AIM OF THE TASK
Find the line containing "Line((-151.732654654, 8), (-151.732654654, 15.67605373))" in the listing below. Repeat it exactly, along with each following line up to and including the one containing "Line((15.525688633, 6), (5.525688633, 6))".

PROVIDED DATA

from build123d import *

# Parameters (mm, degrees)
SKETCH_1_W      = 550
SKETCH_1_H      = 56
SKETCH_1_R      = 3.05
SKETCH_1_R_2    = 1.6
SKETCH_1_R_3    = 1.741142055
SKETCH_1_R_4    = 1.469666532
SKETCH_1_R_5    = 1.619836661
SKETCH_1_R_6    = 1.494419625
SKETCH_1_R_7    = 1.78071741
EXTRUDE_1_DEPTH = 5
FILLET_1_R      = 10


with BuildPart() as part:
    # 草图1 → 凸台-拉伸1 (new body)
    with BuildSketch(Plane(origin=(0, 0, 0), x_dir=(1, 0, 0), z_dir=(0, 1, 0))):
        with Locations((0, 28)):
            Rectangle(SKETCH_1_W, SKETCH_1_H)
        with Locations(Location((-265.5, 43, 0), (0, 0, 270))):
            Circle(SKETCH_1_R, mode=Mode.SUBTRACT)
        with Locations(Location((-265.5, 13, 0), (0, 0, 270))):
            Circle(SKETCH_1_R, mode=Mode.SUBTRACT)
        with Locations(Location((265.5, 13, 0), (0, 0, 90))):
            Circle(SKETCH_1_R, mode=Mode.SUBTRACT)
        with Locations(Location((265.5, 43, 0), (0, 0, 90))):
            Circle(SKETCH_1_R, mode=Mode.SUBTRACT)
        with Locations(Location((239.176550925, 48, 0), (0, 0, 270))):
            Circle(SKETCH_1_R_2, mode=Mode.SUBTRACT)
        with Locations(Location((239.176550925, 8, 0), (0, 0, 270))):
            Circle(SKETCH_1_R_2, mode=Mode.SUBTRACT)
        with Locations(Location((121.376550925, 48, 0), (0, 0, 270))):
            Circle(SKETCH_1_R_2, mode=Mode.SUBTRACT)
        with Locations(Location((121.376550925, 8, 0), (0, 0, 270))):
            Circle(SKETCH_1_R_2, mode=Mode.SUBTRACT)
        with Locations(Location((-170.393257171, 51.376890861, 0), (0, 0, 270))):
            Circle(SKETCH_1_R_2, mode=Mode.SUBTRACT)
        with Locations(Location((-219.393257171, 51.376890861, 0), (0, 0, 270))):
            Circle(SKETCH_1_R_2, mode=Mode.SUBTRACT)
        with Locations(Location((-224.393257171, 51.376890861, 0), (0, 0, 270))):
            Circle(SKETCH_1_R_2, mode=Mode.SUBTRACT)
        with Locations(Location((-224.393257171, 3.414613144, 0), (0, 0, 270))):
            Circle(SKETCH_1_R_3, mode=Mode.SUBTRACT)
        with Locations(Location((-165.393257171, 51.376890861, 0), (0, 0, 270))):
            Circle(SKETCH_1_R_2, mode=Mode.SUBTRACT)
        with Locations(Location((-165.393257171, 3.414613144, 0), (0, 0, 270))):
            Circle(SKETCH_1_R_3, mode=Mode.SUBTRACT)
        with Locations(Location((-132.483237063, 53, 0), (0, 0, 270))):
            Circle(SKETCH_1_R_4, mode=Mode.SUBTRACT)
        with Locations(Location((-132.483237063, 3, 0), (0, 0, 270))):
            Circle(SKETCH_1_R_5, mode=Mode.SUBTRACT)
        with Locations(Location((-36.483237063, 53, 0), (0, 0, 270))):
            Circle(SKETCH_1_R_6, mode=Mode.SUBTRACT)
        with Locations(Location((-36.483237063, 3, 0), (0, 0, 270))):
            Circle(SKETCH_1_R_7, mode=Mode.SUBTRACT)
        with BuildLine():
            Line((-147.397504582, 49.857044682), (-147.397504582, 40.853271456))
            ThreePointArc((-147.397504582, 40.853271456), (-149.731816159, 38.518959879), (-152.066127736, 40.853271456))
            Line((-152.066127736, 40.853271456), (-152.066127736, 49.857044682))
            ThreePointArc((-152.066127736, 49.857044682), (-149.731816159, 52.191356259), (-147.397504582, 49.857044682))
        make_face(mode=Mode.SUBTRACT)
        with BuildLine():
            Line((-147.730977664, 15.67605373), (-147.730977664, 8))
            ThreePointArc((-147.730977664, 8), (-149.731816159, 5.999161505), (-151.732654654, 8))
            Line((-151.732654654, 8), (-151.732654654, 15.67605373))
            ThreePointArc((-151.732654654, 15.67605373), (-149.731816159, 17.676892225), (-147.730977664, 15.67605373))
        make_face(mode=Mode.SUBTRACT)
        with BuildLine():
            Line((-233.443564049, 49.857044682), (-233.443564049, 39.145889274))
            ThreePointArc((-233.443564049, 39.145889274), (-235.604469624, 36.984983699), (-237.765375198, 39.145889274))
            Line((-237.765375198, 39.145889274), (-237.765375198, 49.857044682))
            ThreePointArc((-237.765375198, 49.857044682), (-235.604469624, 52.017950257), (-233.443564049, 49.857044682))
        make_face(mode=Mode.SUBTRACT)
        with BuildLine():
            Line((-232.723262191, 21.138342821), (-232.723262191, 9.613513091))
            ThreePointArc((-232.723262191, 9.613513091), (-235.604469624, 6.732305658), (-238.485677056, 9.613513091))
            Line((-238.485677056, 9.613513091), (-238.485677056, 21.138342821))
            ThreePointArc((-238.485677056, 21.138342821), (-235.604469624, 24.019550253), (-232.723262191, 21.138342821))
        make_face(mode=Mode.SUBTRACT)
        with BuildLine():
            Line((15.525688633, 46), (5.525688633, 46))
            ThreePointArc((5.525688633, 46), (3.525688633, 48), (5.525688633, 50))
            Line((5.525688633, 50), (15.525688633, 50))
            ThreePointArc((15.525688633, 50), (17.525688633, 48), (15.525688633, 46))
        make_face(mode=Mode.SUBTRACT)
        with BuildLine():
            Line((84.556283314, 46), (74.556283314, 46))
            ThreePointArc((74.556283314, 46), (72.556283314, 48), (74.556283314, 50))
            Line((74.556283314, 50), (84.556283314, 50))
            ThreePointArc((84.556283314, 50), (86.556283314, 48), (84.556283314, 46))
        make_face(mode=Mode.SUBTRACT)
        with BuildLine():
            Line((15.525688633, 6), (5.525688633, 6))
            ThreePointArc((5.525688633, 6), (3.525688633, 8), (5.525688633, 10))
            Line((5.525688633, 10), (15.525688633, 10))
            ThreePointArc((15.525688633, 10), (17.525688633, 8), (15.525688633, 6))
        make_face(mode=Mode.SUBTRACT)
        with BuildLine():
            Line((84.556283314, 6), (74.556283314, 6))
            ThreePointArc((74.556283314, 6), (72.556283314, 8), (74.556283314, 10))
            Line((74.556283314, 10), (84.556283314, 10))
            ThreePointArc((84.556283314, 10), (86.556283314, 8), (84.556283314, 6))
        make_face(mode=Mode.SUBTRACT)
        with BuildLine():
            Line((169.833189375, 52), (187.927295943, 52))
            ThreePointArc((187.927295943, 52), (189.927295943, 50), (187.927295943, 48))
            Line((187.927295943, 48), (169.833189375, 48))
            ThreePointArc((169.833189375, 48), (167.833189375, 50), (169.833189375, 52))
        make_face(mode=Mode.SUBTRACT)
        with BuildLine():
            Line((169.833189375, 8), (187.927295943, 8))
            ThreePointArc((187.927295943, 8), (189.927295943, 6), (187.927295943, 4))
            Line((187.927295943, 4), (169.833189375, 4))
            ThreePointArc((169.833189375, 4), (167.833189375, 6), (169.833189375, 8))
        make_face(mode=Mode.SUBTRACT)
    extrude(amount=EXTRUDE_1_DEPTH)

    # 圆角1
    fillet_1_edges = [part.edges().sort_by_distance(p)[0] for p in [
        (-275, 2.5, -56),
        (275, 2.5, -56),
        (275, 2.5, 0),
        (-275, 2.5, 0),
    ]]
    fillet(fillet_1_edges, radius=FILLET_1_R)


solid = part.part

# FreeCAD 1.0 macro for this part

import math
import FreeCAD as App
import Part
import Sketcher

V = App.Vector


def edges_at(feature, points):
    """Names of the edges that pass closest to the given points."""
    edges = feature.Shape.Edges
    near = lambda p: min(range(len(edges)), key=lambda i: edges[i].distToShape(Part.Vertex(*p))[0])
    return sorted({f"Edge{near(p) + 1}" for p in points})

doc = App.newDocument("Part")
params = doc.addObject("Spreadsheet::Sheet", "Params")
for row, (alias, value) in enumerate([
    ("sketch1_radius", "2 mm"),
    ("sketch1_diameter", "6.1 mm"),
    ("sketch1_diameter2", "3.2 mm"),
    ("sketch1_width", "550 mm"),
    ("sketch1_width2", "10 mm"),
    ("pad1_length", "5 mm"),
    ("fillet_radius", "10 mm"),
], start=1):
    params.set(f"A{row}", alias)
    params.set(f"B{row}", "=" + value)
    params.setAlias(f"B{row}", alias)

body = doc.addObject("PartDesign::Body", "Body")

sketch1 = body.newObject("Sketcher::SketchObject", "Sketch")
sketch1.AttachmentSupport = (doc.getObject("XZ_Plane"), [""])
sketch1.MapMode = "FlatFace"
sketch1.addGeometry(Part.LineSegment(V(-275, -56, 0), V(-275, 0, 0)), False)
sketch1.addGeometry(Part.LineSegment(V(-275, 0, 0), V(275, 0, 0)), False)
sketch1.addGeometry(Part.LineSegment(V(275, 0, 0), V(275, -56, 0)), False)
sketch1.addGeometry(Part.LineSegment(V(275, -56, 0), V(-275, -56, 0)), False)
sketch1.addGeometry(Part.Circle(V(-224.393257, -3.414613, 0), V(0, 0, 1), 1.741142), False)
sketch1.addGeometry(Part.Circle(V(-165.393257, -3.414613, 0), V(0, 0, 1), 1.741142), False)
sketch1.addGeometry(Part.Circle(V(-265.5, -13, 0), V(0, 0, 1), 3.05), False)
sketch1.addGeometry(Part.ArcOfCircle(Part.Circle(V(-149.731816, -15.676054, 0), V(0, 0, 1), 2.000838), math.radians(180), math.radians(360)), False)
sketch1.addGeometry(Part.LineSegment(V(-147.730978, -15.676054, 0), V(-147.730978, -8, 0)), False)
sketch1.addGeometry(Part.ArcOfCircle(Part.Circle(V(-149.731816, -8, 0), V(0, 0, 1), 2.000838), math.radians(0), math.radians(180)), False)
sketch1.addGeometry(Part.LineSegment(V(-151.732655, -8, 0), V(-151.732655, -15.676054, 0)), False)
sketch1.addGeometry(Part.Circle(V(-132.483237, -3, 0), V(0, 0, 1), 1.619837), False)
sketch1.addGeometry(Part.Circle(V(-36.483237, -3, 0), V(0, 0, 1), 1.780717), False)
sketch1.addGeometry(Part.ArcOfCircle(Part.Circle(V(-235.60447, -21.138343, 0), V(0, 0, 1), 2.881207), math.radians(180), math.radians(360)), False)
sketch1.addGeometry(Part.LineSegment(V(-232.723262, -21.138343, 0), V(-232.723262, -9.613513, 0)), False)
sketch1.addGeometry(Part.ArcOfCircle(Part.Circle(V(-235.60447, -9.613513, 0), V(0, 0, 1), 2.881207), math.radians(0), math.radians(180)), False)
sketch1.addGeometry(Part.LineSegment(V(-238.485677, -9.613513, 0), V(-238.485677, -21.138343, 0)), False)
sketch1.addGeometry(Part.ArcOfCircle(Part.Circle(V(15.525689, -8, 0), V(0, 0, 1), 2), math.radians(-90), math.radians(90)), False)
sketch1.addGeometry(Part.LineSegment(V(15.525689, -6, 0), V(5.525689, -6, 0)), False)
sketch1.addGeometry(Part.ArcOfCircle(Part.Circle(V(5.525689, -8, 0), V(0, 0, 1), 2), math.radians(90), math.radians(270)), False)
sketch1.addGeometry(Part.LineSegment(V(5.525689, -10, 0), V(15.525689, -10, 0)), False)
sketch1.addGeometry(Part.ArcOfCircle(Part.Circle(V(84.556283, -8, 0), V(0, 0, 1), 2), math.radians(-90), math.radians(90)), False)
sketch1.addGeometry(Part.LineSegment(V(84.556283, -6, 0), V(74.556283, -6, 0)), False)
sketch1.addGeometry(Part.ArcOfCircle(Part.Circle(V(74.556283, -8, 0), V(0, 0, 1), 2), math.radians(90), math.radians(270)), False)
sketch1.addGeometry(Part.LineSegment(V(74.556283, -10, 0), V(84.556283, -10, 0)), False)
sketch1.addGeometry(Part.Circle(V(121.376551, -8, 0), V(0, 0, 1), 1.6), False)
sketch1.addGeometry(Part.ArcOfCircle(Part.Circle(V(169.833189, -6, 0), V(0, 0, 1), 2), math.radians(90), math.radians(270)), False)
sketch1.addGeometry(Part.LineSegment(V(169.833189, -8, 0), V(187.927296, -8, 0)), False)
sketch1.addGeometry(Part.ArcOfCircle(Part.Circle(V(187.927296, -6, 0), V(0, 0, 1), 2), math.radians(-90), math.radians(90)), False)
sketch1.addGeometry(Part.LineSegment(V(187.927296, -4, 0), V(169.833189, -4, 0)), False)
sketch1.addGeometry(Part.Circle(V(239.176551, -8, 0), V(0, 0, 1), 1.6), False)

YOUR SOLUTION
            Line((-151.732654654, 8), (-151.732654654, 15.67605373))
            ThreePointArc((-151.732654654, 15.67605373), (-149.731816159, 17.676892225), (-147.730977664, 15.67605373))
        make_face(mode=Mode.SUBTRACT)
        with BuildLine():
            Line((-233.443564049, 49.857044682), (-233.443564049, 39.145889274))
            ThreePointArc((-233.443564049, 39.145889274), (-235.604469624, 36.984983699), (-237.765375198, 39.145889274))
            Line((-237.765375198, 39.145889274), (-237.765375198, 49.857044682))
            ThreePointArc((-237.765375198, 49.857044682), (-235.604469624, 52.017950257), (-233.443564049, 49.857044682))
        make_face(mode=Mode.SUBTRACT)
        with BuildLine():
            Line((-232.723262191, 21.138342821), (-232.723262191, 9.613513091))
            ThreePointArc((-232.723262191, 9.613513091), (-235.604469624, 6.732305658), (-238.485677056, 9.613513091))
            Line((-238.485677056, 9.613513091), (-238.485677056, 21.138342821))
            ThreePointArc((-238.485677056, 21.138342821), (-235.604469624, 24.019550253), (-232.723262191, 21.138342821))
        make_face(mode=Mode.SUBTRACT)
        with BuildLine():
            Line((15.525688633, 46), (5.525688633, 46))
            ThreePointArc((5.525688633, 46), (3.525688633, 48), (5.525688633, 50))
            Line((5.525688633, 50), (15.525688633, 50))
            ThreePointArc((15.525688633, 50), (17.525688633, 48), (15.525688633, 46))
        make_face(mode=Mode.SUBTRACT)
        with BuildLine():
            Line((84.556283314, 46), (74.556283314, 46))
            ThreePointArc((74.556283314, 46), (72.556283314, 48), (74.556283314, 50))
            Line((74.556283314, 50), (84.556283314, 50))
            ThreePointArc((84.556283314, 50), (86.556283314, 48), (84.556283314, 46))
        make_face(mode=Mode.SUBTRACT)
        with BuildLine():
            Line((15.525688633, 6), (5.525688633, 6))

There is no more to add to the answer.